I can add new elements to the dictionary by key:

In [21]:
student_dict['Emma'] = 79
student_dict

{'Alice': 92, 'Ben': 74, 'Carlos': 83, 'Emma': 79}

Be careful when using this, however. Duplicate keys aren't allowed in a `dict`; using the code above for an existing key will replace its value:

In [22]:
student_dict['Alice'] = 72
student_dict

{'Alice': 72, 'Ben': 74, 'Carlos': 83, 'Emma': 79}

There are a couple of techniques I can use to list the keys in a `dict`. Mapping a dictionary to a list will return a list of the keys:

In [23]:
dict_list = list(student_dict)
dict_list

['Alice', 'Ben', 'Carlos', 'Emma']

There's also a method `items()` that will return the `key: value` pairs as an iterable of tuples:

In [24]:
student_dict.items()

dict_items([('Alice', 72), ('Ben', 74), ('Carlos', 83), ('Emma', 79)])

We can use this to print out the `key: value` pairs in a loop:

In [27]:
for name, grade in student_dict.items():
    print('{0} got a {1} on the last assignment'.format(name, grade))

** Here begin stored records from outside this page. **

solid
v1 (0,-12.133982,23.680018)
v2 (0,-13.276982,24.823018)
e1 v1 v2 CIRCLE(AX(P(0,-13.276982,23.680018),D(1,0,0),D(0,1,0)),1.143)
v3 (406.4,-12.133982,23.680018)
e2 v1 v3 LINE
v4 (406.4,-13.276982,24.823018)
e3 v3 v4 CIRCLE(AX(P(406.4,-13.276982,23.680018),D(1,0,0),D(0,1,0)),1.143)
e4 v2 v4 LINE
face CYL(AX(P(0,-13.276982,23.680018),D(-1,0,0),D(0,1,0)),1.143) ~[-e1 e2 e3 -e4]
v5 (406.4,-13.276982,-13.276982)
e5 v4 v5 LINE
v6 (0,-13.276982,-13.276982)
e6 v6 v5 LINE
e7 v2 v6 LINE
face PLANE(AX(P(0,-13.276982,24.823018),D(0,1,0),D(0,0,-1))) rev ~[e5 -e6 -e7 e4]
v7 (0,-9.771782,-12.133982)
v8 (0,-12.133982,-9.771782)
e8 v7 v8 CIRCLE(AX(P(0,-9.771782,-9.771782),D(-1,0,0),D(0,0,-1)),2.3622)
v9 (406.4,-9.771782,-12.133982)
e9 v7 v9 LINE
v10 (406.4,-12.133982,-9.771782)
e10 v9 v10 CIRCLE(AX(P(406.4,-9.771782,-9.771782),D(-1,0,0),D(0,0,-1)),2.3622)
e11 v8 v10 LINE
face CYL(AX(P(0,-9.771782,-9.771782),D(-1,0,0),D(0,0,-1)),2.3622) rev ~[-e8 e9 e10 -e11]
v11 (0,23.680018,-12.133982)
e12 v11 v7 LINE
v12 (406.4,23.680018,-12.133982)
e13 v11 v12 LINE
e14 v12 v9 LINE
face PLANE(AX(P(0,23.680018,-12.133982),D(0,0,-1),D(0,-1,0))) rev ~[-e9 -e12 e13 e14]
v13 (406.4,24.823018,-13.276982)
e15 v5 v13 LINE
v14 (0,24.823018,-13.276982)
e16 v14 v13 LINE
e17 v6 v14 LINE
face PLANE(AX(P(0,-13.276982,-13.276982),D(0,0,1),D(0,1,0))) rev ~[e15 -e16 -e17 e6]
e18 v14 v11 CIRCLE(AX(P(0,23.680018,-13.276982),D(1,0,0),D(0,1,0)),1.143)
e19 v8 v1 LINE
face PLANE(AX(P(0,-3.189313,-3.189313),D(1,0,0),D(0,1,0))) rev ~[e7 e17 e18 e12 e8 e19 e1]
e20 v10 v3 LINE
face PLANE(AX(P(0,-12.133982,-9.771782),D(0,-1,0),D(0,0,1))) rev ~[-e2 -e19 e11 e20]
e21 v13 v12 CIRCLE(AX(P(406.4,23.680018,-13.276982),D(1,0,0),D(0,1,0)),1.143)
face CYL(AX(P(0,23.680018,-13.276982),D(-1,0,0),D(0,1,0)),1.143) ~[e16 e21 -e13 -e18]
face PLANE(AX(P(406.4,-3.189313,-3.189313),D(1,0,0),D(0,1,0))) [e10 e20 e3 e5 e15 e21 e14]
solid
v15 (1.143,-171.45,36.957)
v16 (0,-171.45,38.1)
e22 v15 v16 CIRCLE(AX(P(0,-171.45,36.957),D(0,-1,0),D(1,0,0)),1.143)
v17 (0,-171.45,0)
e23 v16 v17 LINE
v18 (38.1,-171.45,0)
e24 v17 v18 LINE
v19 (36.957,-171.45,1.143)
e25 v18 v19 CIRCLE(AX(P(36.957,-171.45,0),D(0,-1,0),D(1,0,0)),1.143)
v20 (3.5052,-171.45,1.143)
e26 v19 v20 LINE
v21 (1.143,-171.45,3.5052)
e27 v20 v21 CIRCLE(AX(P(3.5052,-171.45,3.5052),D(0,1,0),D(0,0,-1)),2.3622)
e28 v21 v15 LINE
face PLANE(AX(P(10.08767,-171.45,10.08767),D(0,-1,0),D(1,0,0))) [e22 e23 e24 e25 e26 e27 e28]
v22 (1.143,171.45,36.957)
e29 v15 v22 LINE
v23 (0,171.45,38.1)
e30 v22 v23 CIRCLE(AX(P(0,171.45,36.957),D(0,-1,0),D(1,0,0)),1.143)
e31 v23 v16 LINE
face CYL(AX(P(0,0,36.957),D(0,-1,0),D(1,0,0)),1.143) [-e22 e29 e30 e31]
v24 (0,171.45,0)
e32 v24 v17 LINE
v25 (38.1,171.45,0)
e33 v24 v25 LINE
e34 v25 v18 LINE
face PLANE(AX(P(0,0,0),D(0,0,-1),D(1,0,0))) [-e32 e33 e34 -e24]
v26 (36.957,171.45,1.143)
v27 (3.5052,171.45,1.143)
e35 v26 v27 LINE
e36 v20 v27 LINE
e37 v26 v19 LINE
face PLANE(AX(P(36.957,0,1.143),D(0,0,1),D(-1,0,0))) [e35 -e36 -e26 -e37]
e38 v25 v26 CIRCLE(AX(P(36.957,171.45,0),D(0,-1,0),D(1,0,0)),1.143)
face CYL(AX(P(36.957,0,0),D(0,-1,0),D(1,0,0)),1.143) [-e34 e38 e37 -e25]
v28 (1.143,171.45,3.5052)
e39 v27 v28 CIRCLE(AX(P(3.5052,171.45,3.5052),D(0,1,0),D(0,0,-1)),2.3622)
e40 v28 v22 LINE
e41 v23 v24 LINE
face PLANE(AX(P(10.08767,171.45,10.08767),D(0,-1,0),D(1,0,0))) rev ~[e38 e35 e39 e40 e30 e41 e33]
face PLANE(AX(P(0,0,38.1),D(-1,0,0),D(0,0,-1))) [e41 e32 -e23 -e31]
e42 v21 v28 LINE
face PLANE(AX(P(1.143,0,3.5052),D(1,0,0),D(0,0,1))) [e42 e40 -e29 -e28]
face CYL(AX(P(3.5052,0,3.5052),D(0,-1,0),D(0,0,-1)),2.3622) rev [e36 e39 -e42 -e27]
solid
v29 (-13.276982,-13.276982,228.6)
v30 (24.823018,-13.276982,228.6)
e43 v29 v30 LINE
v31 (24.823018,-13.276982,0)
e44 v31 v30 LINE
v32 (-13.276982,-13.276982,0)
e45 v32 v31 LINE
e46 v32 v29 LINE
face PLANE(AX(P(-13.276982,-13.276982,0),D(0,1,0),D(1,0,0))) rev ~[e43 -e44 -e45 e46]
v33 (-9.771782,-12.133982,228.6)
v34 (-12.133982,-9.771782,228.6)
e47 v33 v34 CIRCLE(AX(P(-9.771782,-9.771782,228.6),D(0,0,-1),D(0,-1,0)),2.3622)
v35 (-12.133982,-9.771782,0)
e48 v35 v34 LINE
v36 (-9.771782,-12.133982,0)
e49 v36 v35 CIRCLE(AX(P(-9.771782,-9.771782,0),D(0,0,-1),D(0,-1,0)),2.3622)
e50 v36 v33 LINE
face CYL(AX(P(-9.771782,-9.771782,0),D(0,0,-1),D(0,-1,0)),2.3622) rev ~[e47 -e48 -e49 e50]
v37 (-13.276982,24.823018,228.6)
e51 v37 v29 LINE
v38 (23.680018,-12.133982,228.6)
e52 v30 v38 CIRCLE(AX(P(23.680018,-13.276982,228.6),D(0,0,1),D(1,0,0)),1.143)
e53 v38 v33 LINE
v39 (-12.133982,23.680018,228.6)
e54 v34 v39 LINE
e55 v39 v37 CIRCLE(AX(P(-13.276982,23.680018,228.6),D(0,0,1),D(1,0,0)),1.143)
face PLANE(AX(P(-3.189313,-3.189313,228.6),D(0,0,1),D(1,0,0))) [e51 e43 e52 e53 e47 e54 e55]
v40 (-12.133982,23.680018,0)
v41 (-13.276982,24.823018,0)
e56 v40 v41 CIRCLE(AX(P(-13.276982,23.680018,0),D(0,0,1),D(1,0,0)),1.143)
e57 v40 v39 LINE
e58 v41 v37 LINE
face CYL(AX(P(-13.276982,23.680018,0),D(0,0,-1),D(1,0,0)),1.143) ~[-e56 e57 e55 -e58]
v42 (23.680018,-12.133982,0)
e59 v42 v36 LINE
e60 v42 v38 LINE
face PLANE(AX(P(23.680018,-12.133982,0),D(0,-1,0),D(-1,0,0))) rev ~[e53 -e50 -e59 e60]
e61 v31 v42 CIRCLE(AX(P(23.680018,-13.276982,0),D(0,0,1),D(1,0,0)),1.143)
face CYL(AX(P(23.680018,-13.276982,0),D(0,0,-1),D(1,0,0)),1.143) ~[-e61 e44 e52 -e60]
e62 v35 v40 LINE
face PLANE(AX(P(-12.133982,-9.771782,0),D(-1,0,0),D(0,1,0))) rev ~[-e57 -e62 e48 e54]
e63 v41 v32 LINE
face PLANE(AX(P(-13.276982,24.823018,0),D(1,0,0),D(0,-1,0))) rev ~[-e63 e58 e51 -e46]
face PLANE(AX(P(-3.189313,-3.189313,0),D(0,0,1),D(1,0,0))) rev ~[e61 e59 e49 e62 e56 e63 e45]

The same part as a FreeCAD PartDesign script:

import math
import FreeCAD as App
import Part
import Sketcher
from FreeCAD import Vector
Q = App.Units.Quantity

doc = App.newDocument("Part")
body = doc.addObject("PartDesign::Body", "Body")

# Sketch on XZ plane
sketch1 = body.newObject("Sketcher::SketchObject", "Sketch")
sketch1.AttachmentSupport = (doc.getObject("XZ_Plane"), [""])
sketch1.MapMode = "FlatFace"
sketch1.addGeometry([
    Part.ArcOfCircle(Part.Circle(Vector(0, 37, 0), Vector(0, 0, 1), 1.1), math.radians(0), math.radians(90)),  # 0
    Part.LineSegment(Vector(0, 38.1, 0), Vector(0, 0, 0)),  # 1
    Part.LineSegment(Vector(0, 0, 0), Vector(38.1, 0, 0)),  # 2
    Part.ArcOfCircle(Part.Circle(Vector(37, 0, 0), Vector(0, 0, 1), 1.1), math.radians(0), math.radians(90)),  # 3
    Part.LineSegment(Vector(37, 1.1, 0), Vector(3.5, 1.1, 0)),  # 4
    Part.ArcOfCircle(Part.Circle(Vector(3.5, 3.5, 0), Vector(0, 0, 1), 2.4), math.radians(180), math.radians(270)),  # 5
    Part.LineSegment(Vector(1.1, 3.5, 0), Vector(1.1, 37, 0)),  # 6
], False)
sketch1.addConstraint([
    Sketcher.Constraint("Coincident", 0, 2, 1, 1),
    Sketcher.Constraint("Coincident", 1, 2, 2, 1),
    Sketcher.Constraint("Coincident", 2, 2, 3, 1),
    Sketcher.Constraint("Tangent", 3, 2, 4, 1),
    Sketcher.Constraint("Tangent", 4, 2, 5, 2),
    Sketcher.Constraint("Tangent", 5, 1, 6, 1),
    Sketcher.Constraint("Tangent", 6, 2, 0, 1),
    Sketcher.Constraint("Vertical", 1),
    Sketcher.Constraint("Horizontal", 2),
    Sketcher.Constraint("Horizontal", 4),
    Sketcher.Constraint("Vertical", 6),
    Sketcher.Constraint("Coincident", 1, 2, -1, 1),
    Sketcher.Constraint("Equal", 0, 3),
    Sketcher.Constraint("PointOnObject", 0, 3, -2),
    Sketcher.Constraint("PointOnObject", 3, 3, -1),
    Sketcher.Constraint("Equal", 2, 1),
    Sketcher.Constraint("DistanceX", 2, 1, 2, 2, Q("1.5 in")),
    Sketcher.Constraint("Radius", 0, Q("0.045 in")),
    Sketcher.Constraint("Radius", 5, Q("0.093 in")),
])
pad1 = body.newObject("PartDesign::Pad", "Pad")
pad1.Profile = sketch1
pad1.Length = Q("13.5 in")
pad1.Midplane = True
body2 = doc.addObject("PartDesign::Body", "Body001")

# Sketch on XY plane
sketch2 = body2.newObject("Sketcher::SketchObject", "Sketch001")
sketch2.AttachmentSupport = (doc.getObject("XY_Plane001"), [""])
sketch2.MapMode = "FlatFace"
sketch2.addGeometry([
    Part.ArcOfCircle(Part.Circle(Vector(-13.3, 23.7, 0), Vector(0, 0, 1), 1.1), math.radians(0), math.radians(90)),  # 0
    Part.LineSegment(Vector(-13.3, 24.8, 0), Vector(-13.3, -13.3, 0)),  # 1
    Part.LineSegment(Vector(-13.3, -13.3, 0), Vector(24.8, -13.3, 0)),  # 2
    Part.ArcOfCircle(Part.Circle(Vector(23.7, -13.3, 0), Vector(0, 0, 1), 1.1), math.radians(0), math.radians(90)),  # 3
    Part.LineSegment(Vector(23.7, -12.1, 0), Vector(-9.8, -12.1, 0)),  # 4
    Part.ArcOfCircle(Part.Circle(Vector(-9.8, -9.8, 0), Vector(0, 0, 1), 2.4), math.radians(180), math.radians(270)),  # 5
    Part.LineSegment(Vector(-12.1, -9.8, 0), Vector(-12.1, 23.7, 0)),  # 6
], False)
sketch2.addConstraint([
    Sketcher.Constraint("Coincident", 0, 2, 1, 1),
    Sketcher.Constraint("Coincident", 1, 2, 2, 1),
    Sketcher.Constraint("Coincident", 2, 2, 3, 1),
    Sketcher.Constraint("Tangent", 3, 2, 4, 1),
    Sketcher.Constraint("Tangent", 4, 2, 5, 2),
    Sketcher.Constraint("Tangent", 5, 1, 6, 1),
    Sketcher.Constraint("Tangent", 6, 2, 0, 1),
    Sketcher.Constraint("Vertical", 1),
    Sketcher.Constraint("Horizontal", 2),
    Sketcher.Constraint("Horizontal", 4),
    Sketcher.Constraint("Vertical", 6),
    Sketcher.Constraint("Equal", 0, 3),
    Sketcher.Constraint("Horizontal", 3, 3, 1, 2),
    Sketcher.Constraint("Equal", 2, 1),
    Sketcher.Constraint("Equal", 4, 6),
    Sketcher.Constraint("DistanceX", 2, 1, 2, 2, Q("1.5 in")),
    Sketcher.Constraint("Radius", 0, Q("0.045 in")),
    Sketcher.Constraint("Radius", 5, Q("0.093 in")),
    Sketcher.Constraint("DistanceX", 0, 3, -1, 1, Q("13.276982 mm")),
    Sketcher.Constraint("DistanceY", -1, 1, 0, 3, Q("23.680018 mm")),
])
pad2 = body2.newObject("PartDesign::Pad", "Pad001")
pad2.Profile = sketch2
pad2.Length = Q("9 in")
body3 = doc.addObject("PartDesign::Body", "Body002")

# Sketch on YZ plane
sketch3 = body3.newObject("Sketcher::SketchObject", "Sketch002")
sketch3.AttachmentSupport = (doc.getObject("YZ_Plane002"), [""])
sketch3.MapMode = "FlatFace"
sketch3.addGeometry([
    Part.ArcOfCircle(Part.Circle(Vector(-13.3, 23.7, 0), Vector(0, 0, 1), 1.1), math.radians(0), math.radians(90)),  # 0
    Part.LineSegment(Vector(-13.3, 24.8, 0), Vector(-13.3, -13.3, 0)),  # 1
    Part.LineSegment(Vector(-13.3, -13.3, 0), Vector(24.8, -13.3, 0)),  # 2
    Part.ArcOfCircle(Part.Circle(Vector(23.7, -13.3, 0), Vector(0, 0, 1), 1.1), math.radians(0), math.radians(90)),  # 3
    Part.LineSegment(Vector(23.7, -12.1, 0), Vector(-9.8, -12.1, 0)),  # 4
    Part.ArcOfCircle(Part.Circle(Vector(-9.8, -9.8, 0), Vector(0, 0, 1), 2.4), math.radians(180), math.radians(270)),  # 5
    Part.LineSegment(Vector(-12.1, -9.8, 0), Vector(-12.1, 23.7, 0)),  # 6
], False)
sketch3.addConstraint([
    Sketcher.Constraint("Coincident", 0, 2, 1, 1),
    Sketcher.Constraint("Coincident", 1, 2, 2, 1),
    Sketcher.Constraint("Coincident", 2, 2, 3, 1),
    Sketcher.Constraint("Tangent", 3, 2, 4, 1),
    Sketcher.Constraint("Tangent", 4, 2, 5, 2),
    Sketcher.Constraint("Tangent", 5, 1, 6, 1),
    Sketcher.Constraint("Tangent", 6, 2, 0, 1),
    Sketcher.Constraint("Vertical", 1),
    Sketcher.Constraint("Horizontal", 2),
    Sketcher.Constraint("Horizontal", 4),
    Sketcher.Constraint("Vertical", 6),
    Sketcher.Constraint("Equal", 0, 3),
    Sketcher.Constraint("Horizontal", 3, 3, 1, 2),
    Sketcher.Constraint("Equal", 2, 1),
    Sketcher.Constraint("Equal", 4, 6),
    Sketcher.Constraint("DistanceX", 2, 1, 2, 2, Q("1.5 in")),
    Sketcher.Constraint("Radius", 0, Q("0.045 in")),
    Sketcher.Constraint("Radius", 5, Q("0.093 in")),
    Sketcher.Constraint("DistanceX", 0, 3, -1, 1, Q("13.276982 mm")),
    Sketcher.Constraint("DistanceY", -1, 1, 0, 3, Q("23.680018 mm")),
])
pad3 = body3.newObject("PartDesign::Pad", "Pad002")
pad3.Profile = sketch3
pad3.Length = Q("16 in")

doc.recompute()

Alice got a 72 on the last assignment
Ben got a 74 on the last assignment
Carlos got a 83 on the last assignment
Emma got a 79 on the last assignment


If we want to delete an existing `key: value` pair from a dictionary, we can use the `del` keyword:

In [29]:
del student_dict['Emma']
student_dict

{'Alice': 72, 'Ben': 74, 'Carlos': 83}

When generating `student_dict`, I wrote exactly what gets printed to screen. However, there are some other ways to generate dictionaries that will produce the same result. I can use the `dict()` function and input a list of tuples representing the `key: value` pairs:

In [30]:
student_dict2 = dict([('Alice', 92), ('Ben', 74), ('Carlos', 83)])
student_dict2

{'Alice': 92, 'Ben': 74, 'Carlos': 83}

We can also use `dict()` by inputting a comma-separated list of variable definitions. The variables will then be interpreted as string keys when the dictionary is created:

In [31]:
student_dict3 = dict(Alice=92, Ben=74, Carlos=83)
student_dict3

{'Alice': 92, 'Ben': 74, 'Carlos': 83}

We can even use a method similar to list comprehension to automatically generate dictionaries. For example, let's say I wanted to create a dictionary where the square roots of integers are keyed by the integers themselves. I can write:

In [28]:
from math import sqrt

sqrt_dict = {x: sqrt(x) for x in range(11)}
sqrt_dict

{0: 0.0,
 1: 1.0,
 2: 1.4142135623730951,
 3: 1.7320508075688772,
 4: 2.0,
 5: 2.23606797749979,
 6: 2.449489742783178,
 7: 2.6457513110645907,
 8: 2.8284271247461903,
 9: 3.0,
 10: 3.1622776601683795}

Using dictionaries is invaluable in scientific programming, such as when you need to keep track of multiple parameter values during a simulation. Deciding between using tuples, lists, and dictionaries is another of many skill you'll develop as you become more familiar with Python.

## The `numpy` Library

There are even more types for storing multiple data elements that we can retrieve from libraries. One of these libraries is `numpy`, used throughout scientific programming for doing numerical linear algebra and advanced mathematics.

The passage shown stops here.